Like its predecessor, The Thief, Megan Turner’s The Queen of Attolia is engrossing, a novel targeted towards older teens that mature readers will enjoy. (Read my review of The Thief here.)
The Queen of Attolia opens several months after The Thief, with our friend Eugenides once more skulking through a royal palace, this time the queen’s palace in Attolia. The queen is furious at losing face when Eugenides escaped her earlier and is determined to capture Eugenides. Eugenides escapes the palace chased by a mob of soldiers and dogs into a fence, gets a concussion and the queen captures him. The queen decides to teach him a lesson and get revenge on her fellow ruler, the queen of Eddis, and cuts off his right hand. Once Eugenides is healed enough to survive the journey the queen returns him to Eddis.
Attolia’s revenge sparks a low-intensity war, with raids and blockades, one that neither country can win while both further threatened by Sounis and Mede. Eugenides and the Eddis queen divert Sounis, leaving the Medes embedded in Attolia’s court and eager to take over.
A Novel For Adults
The Queen of Attolia is a more mature, more thoughtful book than The Thief. Publisher Harper Collins marketed it under their YA imprint and it’s listed that way in our library system and on Amazon. Older teens will love the story but it is written for adults, even more so than The Thief.
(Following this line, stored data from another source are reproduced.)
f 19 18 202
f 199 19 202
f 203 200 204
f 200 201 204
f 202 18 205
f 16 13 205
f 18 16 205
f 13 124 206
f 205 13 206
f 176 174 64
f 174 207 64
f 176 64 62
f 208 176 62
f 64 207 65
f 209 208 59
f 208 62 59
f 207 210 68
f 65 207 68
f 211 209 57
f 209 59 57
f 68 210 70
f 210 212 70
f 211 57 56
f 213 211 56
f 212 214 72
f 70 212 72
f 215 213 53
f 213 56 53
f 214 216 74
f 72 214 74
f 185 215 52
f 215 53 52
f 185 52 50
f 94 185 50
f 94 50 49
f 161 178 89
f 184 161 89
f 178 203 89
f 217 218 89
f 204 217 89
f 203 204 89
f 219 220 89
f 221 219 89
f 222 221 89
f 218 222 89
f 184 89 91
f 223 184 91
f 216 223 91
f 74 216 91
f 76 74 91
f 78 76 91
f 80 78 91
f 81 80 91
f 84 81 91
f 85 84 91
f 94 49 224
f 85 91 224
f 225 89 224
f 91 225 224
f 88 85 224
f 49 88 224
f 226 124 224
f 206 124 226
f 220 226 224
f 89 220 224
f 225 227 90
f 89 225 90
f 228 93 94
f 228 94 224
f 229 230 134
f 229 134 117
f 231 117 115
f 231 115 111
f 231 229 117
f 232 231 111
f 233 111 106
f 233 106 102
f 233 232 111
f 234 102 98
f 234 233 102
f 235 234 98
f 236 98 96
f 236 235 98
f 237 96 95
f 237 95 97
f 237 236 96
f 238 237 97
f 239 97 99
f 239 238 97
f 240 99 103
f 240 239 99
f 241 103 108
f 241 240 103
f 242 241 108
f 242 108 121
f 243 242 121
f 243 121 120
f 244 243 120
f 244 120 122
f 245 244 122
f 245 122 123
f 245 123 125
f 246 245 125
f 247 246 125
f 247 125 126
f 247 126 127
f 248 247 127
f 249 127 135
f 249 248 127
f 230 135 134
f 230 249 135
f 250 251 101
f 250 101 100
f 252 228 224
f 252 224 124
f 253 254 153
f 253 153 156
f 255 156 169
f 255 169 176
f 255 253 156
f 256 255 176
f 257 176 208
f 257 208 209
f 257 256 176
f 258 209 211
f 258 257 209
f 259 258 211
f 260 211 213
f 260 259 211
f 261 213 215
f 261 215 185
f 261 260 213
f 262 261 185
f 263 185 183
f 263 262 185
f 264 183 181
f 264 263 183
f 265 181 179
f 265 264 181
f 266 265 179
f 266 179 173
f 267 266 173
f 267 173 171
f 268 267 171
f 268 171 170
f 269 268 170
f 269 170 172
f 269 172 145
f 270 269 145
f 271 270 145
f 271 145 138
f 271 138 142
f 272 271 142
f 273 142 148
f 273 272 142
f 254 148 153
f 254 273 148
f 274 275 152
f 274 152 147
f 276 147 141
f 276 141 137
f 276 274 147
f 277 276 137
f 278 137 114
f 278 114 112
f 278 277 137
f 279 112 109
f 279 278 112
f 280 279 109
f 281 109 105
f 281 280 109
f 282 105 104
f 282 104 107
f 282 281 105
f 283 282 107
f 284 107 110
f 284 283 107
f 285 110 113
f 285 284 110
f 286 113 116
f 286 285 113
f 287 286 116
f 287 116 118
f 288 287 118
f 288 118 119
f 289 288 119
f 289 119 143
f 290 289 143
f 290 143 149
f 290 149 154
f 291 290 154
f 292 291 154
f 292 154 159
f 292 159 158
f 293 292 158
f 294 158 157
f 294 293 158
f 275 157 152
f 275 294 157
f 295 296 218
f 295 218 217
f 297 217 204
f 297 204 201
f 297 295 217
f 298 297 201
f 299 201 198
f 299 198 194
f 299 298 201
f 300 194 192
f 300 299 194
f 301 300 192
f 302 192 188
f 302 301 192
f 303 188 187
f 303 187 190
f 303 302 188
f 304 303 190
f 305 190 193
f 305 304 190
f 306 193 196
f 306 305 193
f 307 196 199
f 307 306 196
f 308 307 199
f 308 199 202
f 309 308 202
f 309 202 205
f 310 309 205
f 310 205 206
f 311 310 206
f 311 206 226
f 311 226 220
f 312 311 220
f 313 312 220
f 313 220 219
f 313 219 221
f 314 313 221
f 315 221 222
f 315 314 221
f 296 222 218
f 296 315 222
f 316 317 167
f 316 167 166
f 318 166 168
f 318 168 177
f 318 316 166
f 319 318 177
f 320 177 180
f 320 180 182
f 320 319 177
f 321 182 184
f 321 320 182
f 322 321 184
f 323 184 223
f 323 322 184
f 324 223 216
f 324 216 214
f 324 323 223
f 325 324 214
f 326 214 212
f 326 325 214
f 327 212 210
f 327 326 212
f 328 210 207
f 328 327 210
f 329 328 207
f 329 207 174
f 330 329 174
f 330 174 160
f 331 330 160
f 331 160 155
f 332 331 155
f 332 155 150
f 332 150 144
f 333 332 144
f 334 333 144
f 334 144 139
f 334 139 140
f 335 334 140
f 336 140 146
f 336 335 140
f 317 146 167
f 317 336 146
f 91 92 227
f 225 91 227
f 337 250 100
Eugenides narrated The Thief in the first person, letting us revel in his cleverness and his success outwitting Sounis and Attolia. Author Turner presented each episode developed and finished it as we expect in novels for adults, but with a sense of fun and lightheartedness. The Magus talked of the looming threats from Mede that could rip to shreds all three kingdoms’ security ad freedom. But overall The Thief avoided deeper issues or emotions.
The characters in Queen of Attolia are older, more thoughtful, more aware of the larger geopolitical landscape. Turner uses the threats to each country’s future and to each individual to show tension between duty and love, imperatives and desires.
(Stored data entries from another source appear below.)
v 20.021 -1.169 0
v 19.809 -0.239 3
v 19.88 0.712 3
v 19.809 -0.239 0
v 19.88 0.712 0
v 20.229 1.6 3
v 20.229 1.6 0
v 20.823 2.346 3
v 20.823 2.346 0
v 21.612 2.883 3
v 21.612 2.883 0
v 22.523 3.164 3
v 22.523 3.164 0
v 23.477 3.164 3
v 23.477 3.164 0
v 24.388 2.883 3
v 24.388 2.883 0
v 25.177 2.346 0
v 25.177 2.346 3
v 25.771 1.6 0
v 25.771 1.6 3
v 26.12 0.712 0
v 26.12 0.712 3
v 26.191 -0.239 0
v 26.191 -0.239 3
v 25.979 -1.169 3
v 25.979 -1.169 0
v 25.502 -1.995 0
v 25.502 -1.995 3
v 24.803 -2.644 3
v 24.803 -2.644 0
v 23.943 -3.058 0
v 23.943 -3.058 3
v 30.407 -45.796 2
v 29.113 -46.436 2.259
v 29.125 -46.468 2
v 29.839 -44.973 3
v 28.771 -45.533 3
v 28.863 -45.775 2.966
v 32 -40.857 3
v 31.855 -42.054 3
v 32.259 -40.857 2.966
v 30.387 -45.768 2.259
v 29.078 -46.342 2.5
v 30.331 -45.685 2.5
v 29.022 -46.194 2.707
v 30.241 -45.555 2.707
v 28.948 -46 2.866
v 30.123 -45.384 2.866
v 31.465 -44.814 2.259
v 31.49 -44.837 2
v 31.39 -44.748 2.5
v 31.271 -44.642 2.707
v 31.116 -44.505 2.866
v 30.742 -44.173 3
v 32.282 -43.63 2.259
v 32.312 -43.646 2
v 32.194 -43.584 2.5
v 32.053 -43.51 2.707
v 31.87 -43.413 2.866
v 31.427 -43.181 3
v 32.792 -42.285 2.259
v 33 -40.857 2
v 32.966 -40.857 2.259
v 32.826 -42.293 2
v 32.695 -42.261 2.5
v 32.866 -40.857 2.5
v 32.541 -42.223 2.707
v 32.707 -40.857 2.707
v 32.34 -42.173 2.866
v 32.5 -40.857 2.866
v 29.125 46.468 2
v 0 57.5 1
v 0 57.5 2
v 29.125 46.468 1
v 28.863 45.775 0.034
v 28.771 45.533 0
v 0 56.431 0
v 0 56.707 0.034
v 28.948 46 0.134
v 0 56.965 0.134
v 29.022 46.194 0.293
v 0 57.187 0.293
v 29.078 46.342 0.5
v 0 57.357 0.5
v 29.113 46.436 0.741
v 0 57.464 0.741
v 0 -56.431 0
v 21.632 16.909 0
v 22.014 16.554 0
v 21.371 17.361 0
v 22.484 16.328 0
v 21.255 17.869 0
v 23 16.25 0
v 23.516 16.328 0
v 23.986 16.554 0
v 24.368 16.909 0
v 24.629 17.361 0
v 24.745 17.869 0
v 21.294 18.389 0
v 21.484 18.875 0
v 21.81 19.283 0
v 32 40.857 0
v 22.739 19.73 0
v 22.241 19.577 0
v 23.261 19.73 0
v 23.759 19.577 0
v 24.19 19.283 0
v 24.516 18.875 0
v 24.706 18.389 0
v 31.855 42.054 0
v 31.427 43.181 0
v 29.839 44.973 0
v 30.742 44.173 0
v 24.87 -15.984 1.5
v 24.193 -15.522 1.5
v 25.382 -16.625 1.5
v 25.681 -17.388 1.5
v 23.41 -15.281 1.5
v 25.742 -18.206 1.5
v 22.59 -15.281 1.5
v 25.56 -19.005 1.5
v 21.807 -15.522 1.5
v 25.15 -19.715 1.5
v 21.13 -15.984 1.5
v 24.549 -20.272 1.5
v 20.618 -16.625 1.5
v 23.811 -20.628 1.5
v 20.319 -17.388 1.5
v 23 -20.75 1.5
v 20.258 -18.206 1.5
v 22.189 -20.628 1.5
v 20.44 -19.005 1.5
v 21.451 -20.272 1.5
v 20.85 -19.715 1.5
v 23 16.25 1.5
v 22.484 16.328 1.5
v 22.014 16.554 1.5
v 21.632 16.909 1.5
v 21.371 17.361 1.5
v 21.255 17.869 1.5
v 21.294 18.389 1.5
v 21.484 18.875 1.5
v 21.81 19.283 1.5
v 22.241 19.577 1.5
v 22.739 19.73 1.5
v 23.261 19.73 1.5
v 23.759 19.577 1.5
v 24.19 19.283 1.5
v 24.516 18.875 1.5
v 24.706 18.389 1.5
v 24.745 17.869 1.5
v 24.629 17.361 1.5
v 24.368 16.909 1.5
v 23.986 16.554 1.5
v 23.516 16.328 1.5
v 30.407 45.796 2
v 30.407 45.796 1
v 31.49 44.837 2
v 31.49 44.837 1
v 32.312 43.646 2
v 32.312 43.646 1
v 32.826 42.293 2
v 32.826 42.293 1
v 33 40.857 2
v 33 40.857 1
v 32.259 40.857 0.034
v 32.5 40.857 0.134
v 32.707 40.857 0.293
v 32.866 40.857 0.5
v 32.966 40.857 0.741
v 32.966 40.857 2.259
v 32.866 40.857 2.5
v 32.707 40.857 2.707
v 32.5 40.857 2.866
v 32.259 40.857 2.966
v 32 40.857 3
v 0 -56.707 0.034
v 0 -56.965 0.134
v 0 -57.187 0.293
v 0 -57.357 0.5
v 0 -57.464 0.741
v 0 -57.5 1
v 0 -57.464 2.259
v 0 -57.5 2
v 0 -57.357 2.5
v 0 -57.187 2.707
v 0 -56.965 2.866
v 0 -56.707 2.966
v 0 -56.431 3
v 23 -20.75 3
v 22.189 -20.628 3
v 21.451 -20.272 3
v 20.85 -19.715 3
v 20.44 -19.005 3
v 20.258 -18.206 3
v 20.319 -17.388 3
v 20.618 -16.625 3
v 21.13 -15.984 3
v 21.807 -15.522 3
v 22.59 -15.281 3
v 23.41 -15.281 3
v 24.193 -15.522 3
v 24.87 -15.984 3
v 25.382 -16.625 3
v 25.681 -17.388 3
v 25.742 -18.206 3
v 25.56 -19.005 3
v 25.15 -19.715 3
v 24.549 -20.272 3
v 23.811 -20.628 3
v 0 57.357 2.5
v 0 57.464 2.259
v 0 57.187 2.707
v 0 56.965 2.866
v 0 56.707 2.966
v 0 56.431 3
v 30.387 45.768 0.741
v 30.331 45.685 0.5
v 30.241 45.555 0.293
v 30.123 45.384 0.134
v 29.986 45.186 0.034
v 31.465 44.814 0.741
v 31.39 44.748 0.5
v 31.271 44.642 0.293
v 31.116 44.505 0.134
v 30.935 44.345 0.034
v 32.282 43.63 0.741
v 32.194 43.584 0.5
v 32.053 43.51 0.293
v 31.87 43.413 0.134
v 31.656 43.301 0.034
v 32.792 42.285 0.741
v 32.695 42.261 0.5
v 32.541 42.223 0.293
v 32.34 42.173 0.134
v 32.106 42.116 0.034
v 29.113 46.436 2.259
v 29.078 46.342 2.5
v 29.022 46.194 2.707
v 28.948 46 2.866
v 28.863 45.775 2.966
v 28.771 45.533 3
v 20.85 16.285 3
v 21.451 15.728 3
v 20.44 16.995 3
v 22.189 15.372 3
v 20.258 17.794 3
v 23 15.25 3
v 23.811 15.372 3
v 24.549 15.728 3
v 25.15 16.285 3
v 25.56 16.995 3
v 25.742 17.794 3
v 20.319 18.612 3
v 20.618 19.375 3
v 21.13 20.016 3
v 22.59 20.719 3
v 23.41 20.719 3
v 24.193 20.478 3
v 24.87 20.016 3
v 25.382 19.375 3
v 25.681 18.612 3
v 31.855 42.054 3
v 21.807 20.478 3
Turner relates the story in the third person, covering Eugenides and Attolia in turn, then shifting to the supporting characters while the plot steadily narrows their choices. The Mede ambassador manipulates a way to inveigle Attolia to welcome (more or less) the Medean forces – since treaties prohibit the Medean forces from landing on the mainland without an invitation. Attolia must then decide whom to ally with, Eddis or Mede, and to what extent to build the alliance.
Characters
The Queen of Attolia deals as much with Attolia (the woman) as with Eugenides. Turner develops her character by showing us how she responds to threats now and how she dealt years earlier with the problem of succeeding her father without being supplanted by her unloving fiance and erstwhile father-in-law. She learned to be ruthless, direct when needed and discrete when that served. She has forgotten how to love, if in fact she ever did.
Eugenides is very well done. One thing I particularly liked was he was afraid, terrified in fact, of dying by inches, of losing his sight, being maimed. So often heroes in YA fantasies are too caught up in their nobility to feel fear, and this was one reason I felt the book appealed to older audiences. He too could be ruthless or charming, whichever he needed.
Nahuseresh, Mede ambassador to Attolia, is masterfully done. He is wise, yet so constrained by his expectations for a proper female role (i.e., not as Queen Regnant) that Attolia can manipulate him – while he believes he is the puppet master, whispering advice and insinuating himself into Attolia’s favor.
Summary
I enjoyed The Queen of Attolia very much. It is not a challenging book, no strange names, fairly short, straightforward plot, but the characters were well done and the plot moved along. I’m looking forward to borrowing book #4, The King of Attolia. 4 Stars.